Two articles on the Yahoo news feed caught my eye.

Troubled Home Market Creates Generation of Renters

"My parents always told me, `You need to buy a place; you need to buy property,'" he says. "But the housing market is insane."

Many younger Americans see owning as risky. It hardly seems the best way to build wealth, especially when prices are falling.

Here we see the other side of the bubble. On the upside, everyone under the sun wanted to buy. They were in a panic because if they didn't buy RIGHT NOW (in 2006) they would never be able to afford a home.

Now that house prices have crashed, leaving a wake of financial devastation across the country, the shiny house in the suburbs has lost its appeal. In the end, a house is just a place to live, not a serious strategy for getting rich (unless you want to be a professional landlord). 

What is the result?

Ahead of the Bell: New Home Sales

Sales of new homes are expected to have risen to a seasonally adjusted annual rate of 303,000 last month, according to a consensus forecast of economists surveyed by FactSet. That would be up slightly from 300,000 in March. Yet the pace remains far below the 700,000 new homes a year that economists say would represent a healthy rate.

Last year, Americans bought 323,000 new homes. That was the fewest annual total on records going back 47 years and 14 percent fewer than the number sold in 2009.

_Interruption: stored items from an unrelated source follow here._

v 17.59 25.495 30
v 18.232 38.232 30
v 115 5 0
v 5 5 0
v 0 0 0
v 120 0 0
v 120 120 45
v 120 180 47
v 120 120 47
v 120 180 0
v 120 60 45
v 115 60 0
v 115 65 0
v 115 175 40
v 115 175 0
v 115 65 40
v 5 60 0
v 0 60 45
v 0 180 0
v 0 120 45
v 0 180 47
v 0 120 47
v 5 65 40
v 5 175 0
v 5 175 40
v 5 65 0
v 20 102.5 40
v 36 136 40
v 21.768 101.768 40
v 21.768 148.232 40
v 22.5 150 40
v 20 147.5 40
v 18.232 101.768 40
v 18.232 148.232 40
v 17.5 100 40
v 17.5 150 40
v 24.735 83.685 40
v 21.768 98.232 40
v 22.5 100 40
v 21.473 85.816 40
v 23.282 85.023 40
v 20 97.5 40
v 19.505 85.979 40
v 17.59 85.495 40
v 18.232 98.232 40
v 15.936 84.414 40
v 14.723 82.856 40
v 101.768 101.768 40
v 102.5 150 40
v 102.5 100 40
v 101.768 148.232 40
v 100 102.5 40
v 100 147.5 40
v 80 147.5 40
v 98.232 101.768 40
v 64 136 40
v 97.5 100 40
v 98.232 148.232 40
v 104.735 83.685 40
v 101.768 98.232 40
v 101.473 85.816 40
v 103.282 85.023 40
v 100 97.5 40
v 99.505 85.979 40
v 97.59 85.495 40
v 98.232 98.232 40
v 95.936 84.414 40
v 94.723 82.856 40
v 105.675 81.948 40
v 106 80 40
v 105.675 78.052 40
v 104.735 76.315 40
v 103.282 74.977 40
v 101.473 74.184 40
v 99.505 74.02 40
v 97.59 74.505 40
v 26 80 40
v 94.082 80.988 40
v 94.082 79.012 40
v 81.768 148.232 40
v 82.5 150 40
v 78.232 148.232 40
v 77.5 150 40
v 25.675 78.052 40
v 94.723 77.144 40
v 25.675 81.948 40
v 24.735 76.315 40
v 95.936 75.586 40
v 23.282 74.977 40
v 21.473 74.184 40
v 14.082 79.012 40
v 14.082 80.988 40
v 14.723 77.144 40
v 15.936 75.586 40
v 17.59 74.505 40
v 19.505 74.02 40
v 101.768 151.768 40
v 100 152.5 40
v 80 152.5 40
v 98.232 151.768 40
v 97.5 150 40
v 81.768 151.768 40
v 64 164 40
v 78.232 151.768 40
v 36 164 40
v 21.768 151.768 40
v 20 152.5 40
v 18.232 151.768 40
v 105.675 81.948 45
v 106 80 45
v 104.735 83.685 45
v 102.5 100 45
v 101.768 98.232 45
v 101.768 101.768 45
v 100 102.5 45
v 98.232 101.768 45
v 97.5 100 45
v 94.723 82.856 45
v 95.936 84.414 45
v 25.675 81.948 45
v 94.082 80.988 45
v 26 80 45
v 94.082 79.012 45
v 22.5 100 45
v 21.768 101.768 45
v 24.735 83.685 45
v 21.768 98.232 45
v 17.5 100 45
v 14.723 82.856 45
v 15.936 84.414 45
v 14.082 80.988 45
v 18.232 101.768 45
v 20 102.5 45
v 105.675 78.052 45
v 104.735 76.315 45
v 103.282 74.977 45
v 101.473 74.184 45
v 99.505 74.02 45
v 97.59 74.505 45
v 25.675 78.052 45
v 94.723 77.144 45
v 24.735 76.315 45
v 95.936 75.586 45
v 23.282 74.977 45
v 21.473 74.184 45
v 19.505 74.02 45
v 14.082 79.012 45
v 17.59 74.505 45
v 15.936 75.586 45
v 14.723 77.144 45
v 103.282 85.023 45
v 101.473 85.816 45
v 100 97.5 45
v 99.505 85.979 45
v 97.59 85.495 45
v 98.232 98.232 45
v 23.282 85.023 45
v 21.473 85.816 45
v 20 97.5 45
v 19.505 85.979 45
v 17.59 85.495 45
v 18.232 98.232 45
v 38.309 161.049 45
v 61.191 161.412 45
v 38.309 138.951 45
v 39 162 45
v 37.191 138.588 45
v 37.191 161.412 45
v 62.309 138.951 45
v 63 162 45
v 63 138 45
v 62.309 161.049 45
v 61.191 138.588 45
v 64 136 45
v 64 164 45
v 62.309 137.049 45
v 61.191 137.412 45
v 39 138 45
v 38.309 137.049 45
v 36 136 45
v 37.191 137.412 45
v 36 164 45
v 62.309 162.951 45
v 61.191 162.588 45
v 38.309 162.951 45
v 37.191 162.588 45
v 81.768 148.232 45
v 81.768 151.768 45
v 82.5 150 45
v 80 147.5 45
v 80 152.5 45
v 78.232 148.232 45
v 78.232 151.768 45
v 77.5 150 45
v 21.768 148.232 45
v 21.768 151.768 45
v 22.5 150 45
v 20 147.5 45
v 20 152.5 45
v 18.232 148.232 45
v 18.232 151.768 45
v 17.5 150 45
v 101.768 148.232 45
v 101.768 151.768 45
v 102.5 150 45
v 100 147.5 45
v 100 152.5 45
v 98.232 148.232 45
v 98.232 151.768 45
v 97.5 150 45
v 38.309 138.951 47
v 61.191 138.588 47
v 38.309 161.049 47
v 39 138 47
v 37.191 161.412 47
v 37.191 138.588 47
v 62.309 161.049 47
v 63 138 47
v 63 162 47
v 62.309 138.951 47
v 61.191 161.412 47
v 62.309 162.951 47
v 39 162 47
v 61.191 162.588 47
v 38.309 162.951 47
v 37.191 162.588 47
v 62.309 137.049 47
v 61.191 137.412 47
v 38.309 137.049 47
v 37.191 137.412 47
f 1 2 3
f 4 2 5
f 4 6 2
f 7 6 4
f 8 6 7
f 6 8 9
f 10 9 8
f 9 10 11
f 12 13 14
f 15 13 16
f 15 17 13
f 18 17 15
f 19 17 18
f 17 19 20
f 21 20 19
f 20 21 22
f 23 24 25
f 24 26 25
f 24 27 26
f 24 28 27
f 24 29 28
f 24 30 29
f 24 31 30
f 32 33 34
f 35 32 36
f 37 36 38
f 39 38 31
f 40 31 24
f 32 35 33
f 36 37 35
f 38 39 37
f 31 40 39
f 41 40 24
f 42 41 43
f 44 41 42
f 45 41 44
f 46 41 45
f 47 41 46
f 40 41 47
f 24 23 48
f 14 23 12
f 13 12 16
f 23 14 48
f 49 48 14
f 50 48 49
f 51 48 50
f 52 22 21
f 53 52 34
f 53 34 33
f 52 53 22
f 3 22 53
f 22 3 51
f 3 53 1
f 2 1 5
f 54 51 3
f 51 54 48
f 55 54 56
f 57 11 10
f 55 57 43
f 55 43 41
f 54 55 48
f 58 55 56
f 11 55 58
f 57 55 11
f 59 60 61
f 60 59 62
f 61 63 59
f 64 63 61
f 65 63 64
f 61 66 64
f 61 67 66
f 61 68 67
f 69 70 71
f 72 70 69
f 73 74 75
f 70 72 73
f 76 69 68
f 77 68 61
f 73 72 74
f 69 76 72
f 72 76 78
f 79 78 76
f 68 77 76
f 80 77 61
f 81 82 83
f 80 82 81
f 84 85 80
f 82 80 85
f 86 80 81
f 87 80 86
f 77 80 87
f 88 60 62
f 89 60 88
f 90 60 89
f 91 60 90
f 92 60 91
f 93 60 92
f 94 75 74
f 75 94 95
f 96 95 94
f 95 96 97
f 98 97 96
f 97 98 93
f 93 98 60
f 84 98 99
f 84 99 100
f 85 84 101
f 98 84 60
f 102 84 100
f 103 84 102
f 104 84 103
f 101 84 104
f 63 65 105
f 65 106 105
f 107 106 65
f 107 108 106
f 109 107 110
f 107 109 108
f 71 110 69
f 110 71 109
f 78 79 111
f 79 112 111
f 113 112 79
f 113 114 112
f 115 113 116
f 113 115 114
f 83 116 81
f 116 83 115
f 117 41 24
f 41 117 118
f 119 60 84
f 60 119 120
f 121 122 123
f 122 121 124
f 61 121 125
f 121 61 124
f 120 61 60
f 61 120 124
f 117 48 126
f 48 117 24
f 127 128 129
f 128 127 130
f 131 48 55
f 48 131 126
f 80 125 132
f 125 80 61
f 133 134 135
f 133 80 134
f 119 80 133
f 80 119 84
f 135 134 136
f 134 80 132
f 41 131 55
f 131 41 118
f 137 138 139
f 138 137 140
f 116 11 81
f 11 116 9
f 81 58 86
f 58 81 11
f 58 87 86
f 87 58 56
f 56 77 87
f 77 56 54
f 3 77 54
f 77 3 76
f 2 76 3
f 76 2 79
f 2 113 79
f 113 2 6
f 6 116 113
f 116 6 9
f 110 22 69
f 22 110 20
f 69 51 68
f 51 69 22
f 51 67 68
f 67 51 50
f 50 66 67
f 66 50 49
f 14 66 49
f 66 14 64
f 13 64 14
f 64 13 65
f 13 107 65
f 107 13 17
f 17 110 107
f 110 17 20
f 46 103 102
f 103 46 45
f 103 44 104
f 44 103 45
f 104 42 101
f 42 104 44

It was also the fifth straight year that new-home sales declined after hitting record highs in the previous five years, when the housing market was booming. Economists say it will take years before sales return to pre-housing boom levels.

Diminished sales have driven down the median price of a new home to about $213,800 -- about the same as in 2004.

During the boom, we were building nearly 2 million houses per year. Construction has fallen by more than 80% since the peak. Still, there will be 1.2 million foreclosures this year, and banks are still holding 870,000 already foreclosed properties.

Given the above, I think the right question to ask is: How long will it take for the economy to absorb the excess inventory? Could be enlightening.

One more thing: Before you take this as pessimistic, I would say that the resilience of the economy in face of the above statistics is actually pretty impressive. I would also note that GDP is measured year over year and housing would only need to return to rather pedestrian contstruction figures of 450,000 units or so to be a significant growth driver for the economy.

Population is growing. Eventually this all works out.